» **ASSIGNED TASK**: Scan the records for "Locations". Show the matching lines.

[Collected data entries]
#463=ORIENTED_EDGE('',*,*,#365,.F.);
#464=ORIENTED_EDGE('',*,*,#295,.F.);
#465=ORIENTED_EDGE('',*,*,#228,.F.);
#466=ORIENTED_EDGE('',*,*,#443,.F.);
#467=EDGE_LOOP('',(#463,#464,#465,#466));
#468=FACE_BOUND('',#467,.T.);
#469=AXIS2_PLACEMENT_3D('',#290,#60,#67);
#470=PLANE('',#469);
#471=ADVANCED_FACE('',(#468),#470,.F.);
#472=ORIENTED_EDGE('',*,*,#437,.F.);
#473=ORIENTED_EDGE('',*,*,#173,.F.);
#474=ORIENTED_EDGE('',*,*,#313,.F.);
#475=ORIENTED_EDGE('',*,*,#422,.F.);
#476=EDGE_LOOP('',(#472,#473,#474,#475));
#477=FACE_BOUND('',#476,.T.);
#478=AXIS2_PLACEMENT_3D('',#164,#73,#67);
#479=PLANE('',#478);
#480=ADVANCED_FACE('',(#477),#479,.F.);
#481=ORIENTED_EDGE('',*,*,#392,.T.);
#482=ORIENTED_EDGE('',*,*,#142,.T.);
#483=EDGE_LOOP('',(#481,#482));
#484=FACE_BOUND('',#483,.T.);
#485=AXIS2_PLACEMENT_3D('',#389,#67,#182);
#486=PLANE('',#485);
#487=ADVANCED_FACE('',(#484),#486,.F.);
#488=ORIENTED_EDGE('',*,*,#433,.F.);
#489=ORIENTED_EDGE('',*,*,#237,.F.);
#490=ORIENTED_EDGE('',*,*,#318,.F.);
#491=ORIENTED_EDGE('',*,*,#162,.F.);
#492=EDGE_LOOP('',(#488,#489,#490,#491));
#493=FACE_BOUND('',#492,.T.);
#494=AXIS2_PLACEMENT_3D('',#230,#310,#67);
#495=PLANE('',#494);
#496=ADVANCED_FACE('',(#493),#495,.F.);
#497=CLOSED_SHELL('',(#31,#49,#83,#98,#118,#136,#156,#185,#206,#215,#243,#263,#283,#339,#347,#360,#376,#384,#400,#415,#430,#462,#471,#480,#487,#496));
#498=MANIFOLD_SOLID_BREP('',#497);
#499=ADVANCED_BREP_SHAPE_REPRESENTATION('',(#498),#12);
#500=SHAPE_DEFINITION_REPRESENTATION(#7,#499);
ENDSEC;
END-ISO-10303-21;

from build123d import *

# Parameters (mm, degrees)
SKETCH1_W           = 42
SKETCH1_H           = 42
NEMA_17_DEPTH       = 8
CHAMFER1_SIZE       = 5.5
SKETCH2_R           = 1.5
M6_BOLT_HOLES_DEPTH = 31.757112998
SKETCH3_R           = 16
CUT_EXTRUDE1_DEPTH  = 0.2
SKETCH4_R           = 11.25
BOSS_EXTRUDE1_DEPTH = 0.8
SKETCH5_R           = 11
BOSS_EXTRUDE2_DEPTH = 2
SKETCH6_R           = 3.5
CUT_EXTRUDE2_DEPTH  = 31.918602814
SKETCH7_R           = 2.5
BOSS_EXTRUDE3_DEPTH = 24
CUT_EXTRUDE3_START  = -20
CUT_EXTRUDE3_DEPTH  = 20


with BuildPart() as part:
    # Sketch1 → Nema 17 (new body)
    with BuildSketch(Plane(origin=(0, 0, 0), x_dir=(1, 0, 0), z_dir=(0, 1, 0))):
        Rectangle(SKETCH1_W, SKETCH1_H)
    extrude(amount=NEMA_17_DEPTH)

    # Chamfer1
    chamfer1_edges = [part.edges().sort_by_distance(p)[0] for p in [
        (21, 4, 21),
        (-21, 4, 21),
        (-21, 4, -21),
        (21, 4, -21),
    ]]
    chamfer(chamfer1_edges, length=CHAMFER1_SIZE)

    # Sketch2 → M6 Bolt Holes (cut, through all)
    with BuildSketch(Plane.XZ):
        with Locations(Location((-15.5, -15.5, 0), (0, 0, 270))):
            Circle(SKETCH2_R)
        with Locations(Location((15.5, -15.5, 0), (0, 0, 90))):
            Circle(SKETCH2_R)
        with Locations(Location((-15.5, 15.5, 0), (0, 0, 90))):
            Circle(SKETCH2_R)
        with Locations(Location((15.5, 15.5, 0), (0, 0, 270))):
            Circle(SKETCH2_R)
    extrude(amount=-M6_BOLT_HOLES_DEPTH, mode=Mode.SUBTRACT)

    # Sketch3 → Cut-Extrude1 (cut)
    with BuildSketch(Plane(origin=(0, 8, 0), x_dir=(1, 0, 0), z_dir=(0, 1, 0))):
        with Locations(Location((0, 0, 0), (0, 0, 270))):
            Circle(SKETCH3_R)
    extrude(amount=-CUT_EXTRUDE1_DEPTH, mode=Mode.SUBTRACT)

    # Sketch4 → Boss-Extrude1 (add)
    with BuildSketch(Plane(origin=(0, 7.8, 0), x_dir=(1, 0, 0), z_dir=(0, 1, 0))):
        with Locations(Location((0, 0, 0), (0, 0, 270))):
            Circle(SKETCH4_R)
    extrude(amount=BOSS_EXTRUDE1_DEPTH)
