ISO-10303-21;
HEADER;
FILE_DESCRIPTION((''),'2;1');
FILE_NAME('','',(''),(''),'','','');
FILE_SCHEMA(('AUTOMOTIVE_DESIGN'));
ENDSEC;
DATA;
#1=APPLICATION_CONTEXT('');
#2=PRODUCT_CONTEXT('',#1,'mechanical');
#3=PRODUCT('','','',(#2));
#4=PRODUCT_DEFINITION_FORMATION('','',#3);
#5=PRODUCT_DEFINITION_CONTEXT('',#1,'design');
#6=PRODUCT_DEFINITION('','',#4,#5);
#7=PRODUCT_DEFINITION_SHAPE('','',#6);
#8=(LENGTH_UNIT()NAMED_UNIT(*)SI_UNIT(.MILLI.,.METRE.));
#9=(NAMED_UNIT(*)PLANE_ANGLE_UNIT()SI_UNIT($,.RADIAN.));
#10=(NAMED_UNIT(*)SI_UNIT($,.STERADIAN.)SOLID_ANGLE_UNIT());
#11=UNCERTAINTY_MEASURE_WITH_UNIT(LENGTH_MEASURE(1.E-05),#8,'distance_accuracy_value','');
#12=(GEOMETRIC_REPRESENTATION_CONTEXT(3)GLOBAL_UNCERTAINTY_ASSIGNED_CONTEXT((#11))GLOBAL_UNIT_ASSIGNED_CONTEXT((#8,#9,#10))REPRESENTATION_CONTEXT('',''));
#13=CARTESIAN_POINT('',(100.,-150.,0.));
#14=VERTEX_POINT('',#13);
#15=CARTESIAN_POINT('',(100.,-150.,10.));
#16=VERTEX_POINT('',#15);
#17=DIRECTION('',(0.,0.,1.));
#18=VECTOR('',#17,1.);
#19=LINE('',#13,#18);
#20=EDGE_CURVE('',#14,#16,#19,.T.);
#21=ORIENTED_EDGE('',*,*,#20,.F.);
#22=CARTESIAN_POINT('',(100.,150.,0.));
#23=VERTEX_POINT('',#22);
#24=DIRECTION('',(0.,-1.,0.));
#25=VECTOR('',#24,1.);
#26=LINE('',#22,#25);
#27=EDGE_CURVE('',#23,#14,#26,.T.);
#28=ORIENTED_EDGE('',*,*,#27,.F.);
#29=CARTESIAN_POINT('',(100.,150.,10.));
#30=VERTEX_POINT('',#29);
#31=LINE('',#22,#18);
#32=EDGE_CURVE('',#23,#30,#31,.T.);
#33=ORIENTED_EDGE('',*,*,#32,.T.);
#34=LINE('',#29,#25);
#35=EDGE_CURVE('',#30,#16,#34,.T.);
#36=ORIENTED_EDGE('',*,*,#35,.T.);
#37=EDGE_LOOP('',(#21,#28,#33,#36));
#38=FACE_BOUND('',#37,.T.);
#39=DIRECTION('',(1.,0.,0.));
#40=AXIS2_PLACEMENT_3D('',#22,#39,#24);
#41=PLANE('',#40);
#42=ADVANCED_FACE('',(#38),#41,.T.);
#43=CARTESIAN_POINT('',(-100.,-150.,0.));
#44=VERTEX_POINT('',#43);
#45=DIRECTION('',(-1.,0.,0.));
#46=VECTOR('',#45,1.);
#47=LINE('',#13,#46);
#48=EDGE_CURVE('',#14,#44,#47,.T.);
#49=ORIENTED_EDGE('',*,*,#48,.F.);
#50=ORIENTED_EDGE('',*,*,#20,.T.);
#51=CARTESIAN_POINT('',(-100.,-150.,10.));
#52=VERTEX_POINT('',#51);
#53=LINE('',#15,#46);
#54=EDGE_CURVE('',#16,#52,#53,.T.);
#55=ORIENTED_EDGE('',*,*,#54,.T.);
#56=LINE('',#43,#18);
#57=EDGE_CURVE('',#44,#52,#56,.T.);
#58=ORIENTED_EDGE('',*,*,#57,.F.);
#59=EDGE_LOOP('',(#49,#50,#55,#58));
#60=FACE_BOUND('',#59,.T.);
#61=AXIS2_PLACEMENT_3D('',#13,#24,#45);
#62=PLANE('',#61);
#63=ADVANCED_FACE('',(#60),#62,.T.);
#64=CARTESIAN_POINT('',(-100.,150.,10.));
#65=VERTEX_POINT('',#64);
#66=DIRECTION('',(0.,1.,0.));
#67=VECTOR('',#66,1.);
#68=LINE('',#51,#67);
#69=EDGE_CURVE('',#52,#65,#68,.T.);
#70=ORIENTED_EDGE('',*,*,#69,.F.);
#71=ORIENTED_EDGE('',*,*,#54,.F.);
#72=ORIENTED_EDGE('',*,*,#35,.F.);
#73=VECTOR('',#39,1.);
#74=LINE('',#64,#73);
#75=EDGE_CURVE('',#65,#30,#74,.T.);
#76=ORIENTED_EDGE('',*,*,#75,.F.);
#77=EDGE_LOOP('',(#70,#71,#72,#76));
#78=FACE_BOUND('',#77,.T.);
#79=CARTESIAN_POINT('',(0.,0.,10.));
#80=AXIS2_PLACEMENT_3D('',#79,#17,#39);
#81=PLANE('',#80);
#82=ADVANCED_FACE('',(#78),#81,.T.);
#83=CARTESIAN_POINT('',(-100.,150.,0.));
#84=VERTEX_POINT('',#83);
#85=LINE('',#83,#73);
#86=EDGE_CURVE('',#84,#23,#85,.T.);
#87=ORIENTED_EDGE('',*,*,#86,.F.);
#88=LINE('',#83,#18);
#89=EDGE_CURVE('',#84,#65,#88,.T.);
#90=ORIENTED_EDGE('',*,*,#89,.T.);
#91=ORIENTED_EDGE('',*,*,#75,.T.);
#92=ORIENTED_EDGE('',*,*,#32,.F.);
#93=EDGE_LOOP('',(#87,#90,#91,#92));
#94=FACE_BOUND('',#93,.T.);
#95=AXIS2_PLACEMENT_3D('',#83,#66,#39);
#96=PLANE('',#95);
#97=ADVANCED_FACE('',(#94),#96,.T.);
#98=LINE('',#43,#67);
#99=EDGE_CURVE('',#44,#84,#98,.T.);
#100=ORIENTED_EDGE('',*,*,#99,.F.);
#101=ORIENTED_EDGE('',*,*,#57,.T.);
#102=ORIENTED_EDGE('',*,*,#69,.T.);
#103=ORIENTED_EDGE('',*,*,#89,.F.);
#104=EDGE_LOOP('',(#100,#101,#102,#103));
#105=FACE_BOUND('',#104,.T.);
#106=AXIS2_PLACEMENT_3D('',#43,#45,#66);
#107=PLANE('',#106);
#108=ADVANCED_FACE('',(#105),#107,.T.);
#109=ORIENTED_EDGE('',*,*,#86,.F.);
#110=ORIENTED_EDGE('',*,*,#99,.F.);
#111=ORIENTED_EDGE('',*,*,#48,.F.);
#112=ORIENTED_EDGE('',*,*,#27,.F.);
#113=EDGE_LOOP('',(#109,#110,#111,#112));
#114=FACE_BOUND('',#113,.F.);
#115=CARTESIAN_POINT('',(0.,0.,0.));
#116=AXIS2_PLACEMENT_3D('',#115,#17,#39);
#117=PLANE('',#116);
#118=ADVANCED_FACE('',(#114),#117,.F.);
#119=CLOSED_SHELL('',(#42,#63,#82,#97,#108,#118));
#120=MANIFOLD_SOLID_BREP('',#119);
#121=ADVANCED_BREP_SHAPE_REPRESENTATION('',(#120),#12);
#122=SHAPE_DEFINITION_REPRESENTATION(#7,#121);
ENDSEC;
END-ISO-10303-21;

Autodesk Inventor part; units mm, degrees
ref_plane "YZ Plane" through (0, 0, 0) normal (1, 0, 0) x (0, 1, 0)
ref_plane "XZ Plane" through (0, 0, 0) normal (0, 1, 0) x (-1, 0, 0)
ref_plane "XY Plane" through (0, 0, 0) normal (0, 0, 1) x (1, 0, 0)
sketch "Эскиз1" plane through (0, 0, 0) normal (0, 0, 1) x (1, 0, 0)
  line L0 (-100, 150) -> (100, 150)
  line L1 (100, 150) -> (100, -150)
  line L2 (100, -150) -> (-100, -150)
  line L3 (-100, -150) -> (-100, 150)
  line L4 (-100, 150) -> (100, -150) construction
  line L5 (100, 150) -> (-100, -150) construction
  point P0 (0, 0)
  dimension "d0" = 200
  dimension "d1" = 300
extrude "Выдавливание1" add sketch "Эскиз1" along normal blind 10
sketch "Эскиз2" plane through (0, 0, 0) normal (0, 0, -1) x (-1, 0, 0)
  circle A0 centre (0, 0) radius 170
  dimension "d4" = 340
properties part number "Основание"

==

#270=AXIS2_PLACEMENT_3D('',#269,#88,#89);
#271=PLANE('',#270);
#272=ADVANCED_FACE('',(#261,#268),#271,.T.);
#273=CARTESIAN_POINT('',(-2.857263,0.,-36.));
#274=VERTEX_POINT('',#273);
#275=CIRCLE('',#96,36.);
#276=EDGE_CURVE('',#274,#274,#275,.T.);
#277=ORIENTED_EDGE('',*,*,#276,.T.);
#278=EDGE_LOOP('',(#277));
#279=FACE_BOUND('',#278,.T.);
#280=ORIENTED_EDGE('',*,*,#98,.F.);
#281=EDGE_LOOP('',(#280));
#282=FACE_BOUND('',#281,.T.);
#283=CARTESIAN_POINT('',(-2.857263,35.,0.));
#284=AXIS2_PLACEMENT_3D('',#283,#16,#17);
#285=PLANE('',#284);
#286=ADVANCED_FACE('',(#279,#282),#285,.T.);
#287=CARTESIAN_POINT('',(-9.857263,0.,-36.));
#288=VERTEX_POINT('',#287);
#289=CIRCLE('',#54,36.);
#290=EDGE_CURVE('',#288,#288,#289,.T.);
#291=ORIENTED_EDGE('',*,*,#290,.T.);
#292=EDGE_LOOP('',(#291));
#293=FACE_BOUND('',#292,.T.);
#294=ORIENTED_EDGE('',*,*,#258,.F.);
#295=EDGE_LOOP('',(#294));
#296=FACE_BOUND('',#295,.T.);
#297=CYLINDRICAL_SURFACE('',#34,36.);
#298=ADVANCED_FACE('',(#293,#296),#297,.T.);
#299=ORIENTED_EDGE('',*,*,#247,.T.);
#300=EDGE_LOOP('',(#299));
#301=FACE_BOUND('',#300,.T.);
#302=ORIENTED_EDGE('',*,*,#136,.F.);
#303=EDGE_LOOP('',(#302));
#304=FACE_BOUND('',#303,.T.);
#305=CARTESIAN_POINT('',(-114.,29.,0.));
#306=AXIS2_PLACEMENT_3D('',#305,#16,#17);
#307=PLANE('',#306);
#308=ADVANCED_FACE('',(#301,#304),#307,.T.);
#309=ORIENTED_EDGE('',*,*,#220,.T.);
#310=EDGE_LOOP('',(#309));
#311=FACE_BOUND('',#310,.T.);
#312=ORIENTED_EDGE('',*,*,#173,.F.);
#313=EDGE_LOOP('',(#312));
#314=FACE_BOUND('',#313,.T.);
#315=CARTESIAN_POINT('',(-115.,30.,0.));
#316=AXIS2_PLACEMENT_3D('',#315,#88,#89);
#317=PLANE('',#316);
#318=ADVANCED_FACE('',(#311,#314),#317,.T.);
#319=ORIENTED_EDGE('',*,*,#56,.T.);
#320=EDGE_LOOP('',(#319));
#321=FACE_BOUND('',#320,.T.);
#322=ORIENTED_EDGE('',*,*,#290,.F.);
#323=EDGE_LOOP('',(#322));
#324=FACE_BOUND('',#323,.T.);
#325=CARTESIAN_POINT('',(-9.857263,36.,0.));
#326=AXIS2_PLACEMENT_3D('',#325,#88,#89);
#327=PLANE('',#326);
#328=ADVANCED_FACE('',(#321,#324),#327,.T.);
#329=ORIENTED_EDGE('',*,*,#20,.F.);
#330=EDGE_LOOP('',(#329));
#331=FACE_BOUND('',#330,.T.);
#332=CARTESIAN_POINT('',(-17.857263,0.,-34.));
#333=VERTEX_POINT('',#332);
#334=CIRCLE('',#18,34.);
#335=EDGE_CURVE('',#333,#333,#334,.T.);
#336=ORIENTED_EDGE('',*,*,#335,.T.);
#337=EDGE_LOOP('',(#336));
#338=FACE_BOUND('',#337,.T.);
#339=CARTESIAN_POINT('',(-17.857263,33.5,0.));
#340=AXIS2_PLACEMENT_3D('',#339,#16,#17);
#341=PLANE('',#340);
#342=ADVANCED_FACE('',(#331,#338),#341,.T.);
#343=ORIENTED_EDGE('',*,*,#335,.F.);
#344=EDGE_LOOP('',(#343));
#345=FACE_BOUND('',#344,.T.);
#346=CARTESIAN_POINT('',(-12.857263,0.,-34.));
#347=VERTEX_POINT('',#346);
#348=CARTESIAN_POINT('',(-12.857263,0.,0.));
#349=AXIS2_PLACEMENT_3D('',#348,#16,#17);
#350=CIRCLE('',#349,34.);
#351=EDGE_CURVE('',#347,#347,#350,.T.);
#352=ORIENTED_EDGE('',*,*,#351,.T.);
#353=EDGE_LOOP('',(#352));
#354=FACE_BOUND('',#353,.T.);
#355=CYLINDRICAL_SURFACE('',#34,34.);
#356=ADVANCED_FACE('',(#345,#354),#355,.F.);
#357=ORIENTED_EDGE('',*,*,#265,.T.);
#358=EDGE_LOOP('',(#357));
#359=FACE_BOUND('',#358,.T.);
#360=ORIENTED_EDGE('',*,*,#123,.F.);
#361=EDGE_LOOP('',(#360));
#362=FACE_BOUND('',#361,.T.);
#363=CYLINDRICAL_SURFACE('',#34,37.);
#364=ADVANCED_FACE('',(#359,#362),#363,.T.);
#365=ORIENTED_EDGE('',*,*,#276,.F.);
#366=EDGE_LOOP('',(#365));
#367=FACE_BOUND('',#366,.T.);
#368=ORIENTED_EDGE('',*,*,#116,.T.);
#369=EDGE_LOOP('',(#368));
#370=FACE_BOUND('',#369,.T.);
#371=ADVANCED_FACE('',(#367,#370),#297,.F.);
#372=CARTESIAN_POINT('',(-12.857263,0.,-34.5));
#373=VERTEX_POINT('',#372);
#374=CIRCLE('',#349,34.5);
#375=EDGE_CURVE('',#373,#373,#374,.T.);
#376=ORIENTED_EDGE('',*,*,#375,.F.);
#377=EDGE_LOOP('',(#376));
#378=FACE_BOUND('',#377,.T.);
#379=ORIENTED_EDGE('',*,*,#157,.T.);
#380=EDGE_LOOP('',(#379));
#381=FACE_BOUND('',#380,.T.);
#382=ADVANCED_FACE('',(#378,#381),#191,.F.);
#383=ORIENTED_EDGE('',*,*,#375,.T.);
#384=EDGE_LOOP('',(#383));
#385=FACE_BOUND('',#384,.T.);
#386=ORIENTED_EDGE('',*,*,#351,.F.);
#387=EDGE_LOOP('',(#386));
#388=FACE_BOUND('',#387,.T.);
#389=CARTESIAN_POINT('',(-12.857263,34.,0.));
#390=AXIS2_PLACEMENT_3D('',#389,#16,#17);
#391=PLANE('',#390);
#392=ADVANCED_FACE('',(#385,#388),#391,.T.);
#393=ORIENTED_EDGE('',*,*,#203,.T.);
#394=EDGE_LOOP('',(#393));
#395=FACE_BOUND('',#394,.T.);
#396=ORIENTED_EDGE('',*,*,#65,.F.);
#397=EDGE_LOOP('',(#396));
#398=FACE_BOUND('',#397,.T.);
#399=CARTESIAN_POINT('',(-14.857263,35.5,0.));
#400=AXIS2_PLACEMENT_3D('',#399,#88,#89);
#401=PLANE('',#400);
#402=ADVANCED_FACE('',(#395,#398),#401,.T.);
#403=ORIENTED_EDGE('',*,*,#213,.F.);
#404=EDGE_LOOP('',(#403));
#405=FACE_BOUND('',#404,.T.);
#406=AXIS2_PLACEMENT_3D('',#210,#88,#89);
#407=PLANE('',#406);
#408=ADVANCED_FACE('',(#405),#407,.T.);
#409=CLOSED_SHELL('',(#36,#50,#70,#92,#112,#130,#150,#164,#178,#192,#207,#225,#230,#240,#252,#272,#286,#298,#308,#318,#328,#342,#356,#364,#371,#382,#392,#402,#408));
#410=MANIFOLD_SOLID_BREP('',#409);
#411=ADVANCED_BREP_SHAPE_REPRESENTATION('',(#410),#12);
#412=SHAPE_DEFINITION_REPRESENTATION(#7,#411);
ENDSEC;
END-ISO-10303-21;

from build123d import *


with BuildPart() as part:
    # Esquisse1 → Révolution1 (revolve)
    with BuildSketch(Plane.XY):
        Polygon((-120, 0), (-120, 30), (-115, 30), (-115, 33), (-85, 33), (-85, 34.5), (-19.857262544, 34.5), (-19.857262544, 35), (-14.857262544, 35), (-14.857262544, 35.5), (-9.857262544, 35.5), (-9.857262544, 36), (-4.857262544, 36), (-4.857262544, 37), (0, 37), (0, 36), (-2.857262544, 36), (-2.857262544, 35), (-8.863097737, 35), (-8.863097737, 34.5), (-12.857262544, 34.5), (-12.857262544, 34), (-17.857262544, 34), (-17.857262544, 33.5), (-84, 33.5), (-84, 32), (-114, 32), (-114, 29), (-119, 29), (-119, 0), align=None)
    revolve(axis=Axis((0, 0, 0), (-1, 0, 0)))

» **SOLUTION BELOW**:
        with Locations(Location((-15.5, -15.5, 0), (0, 0, 270))):
        with Locations(Location((15.5, -15.5, 0), (0, 0, 90))):
        with Locations(Location((-15.5, 15.5, 0), (0, 0, 90))):
        with Locations(Location((15.5, 15.5, 0), (0, 0, 270))):
        with Locations(Location((0, 0, 0), (0, 0, 270))):
        with Locations(Location((0, 0, 0), (0, 0, 270))):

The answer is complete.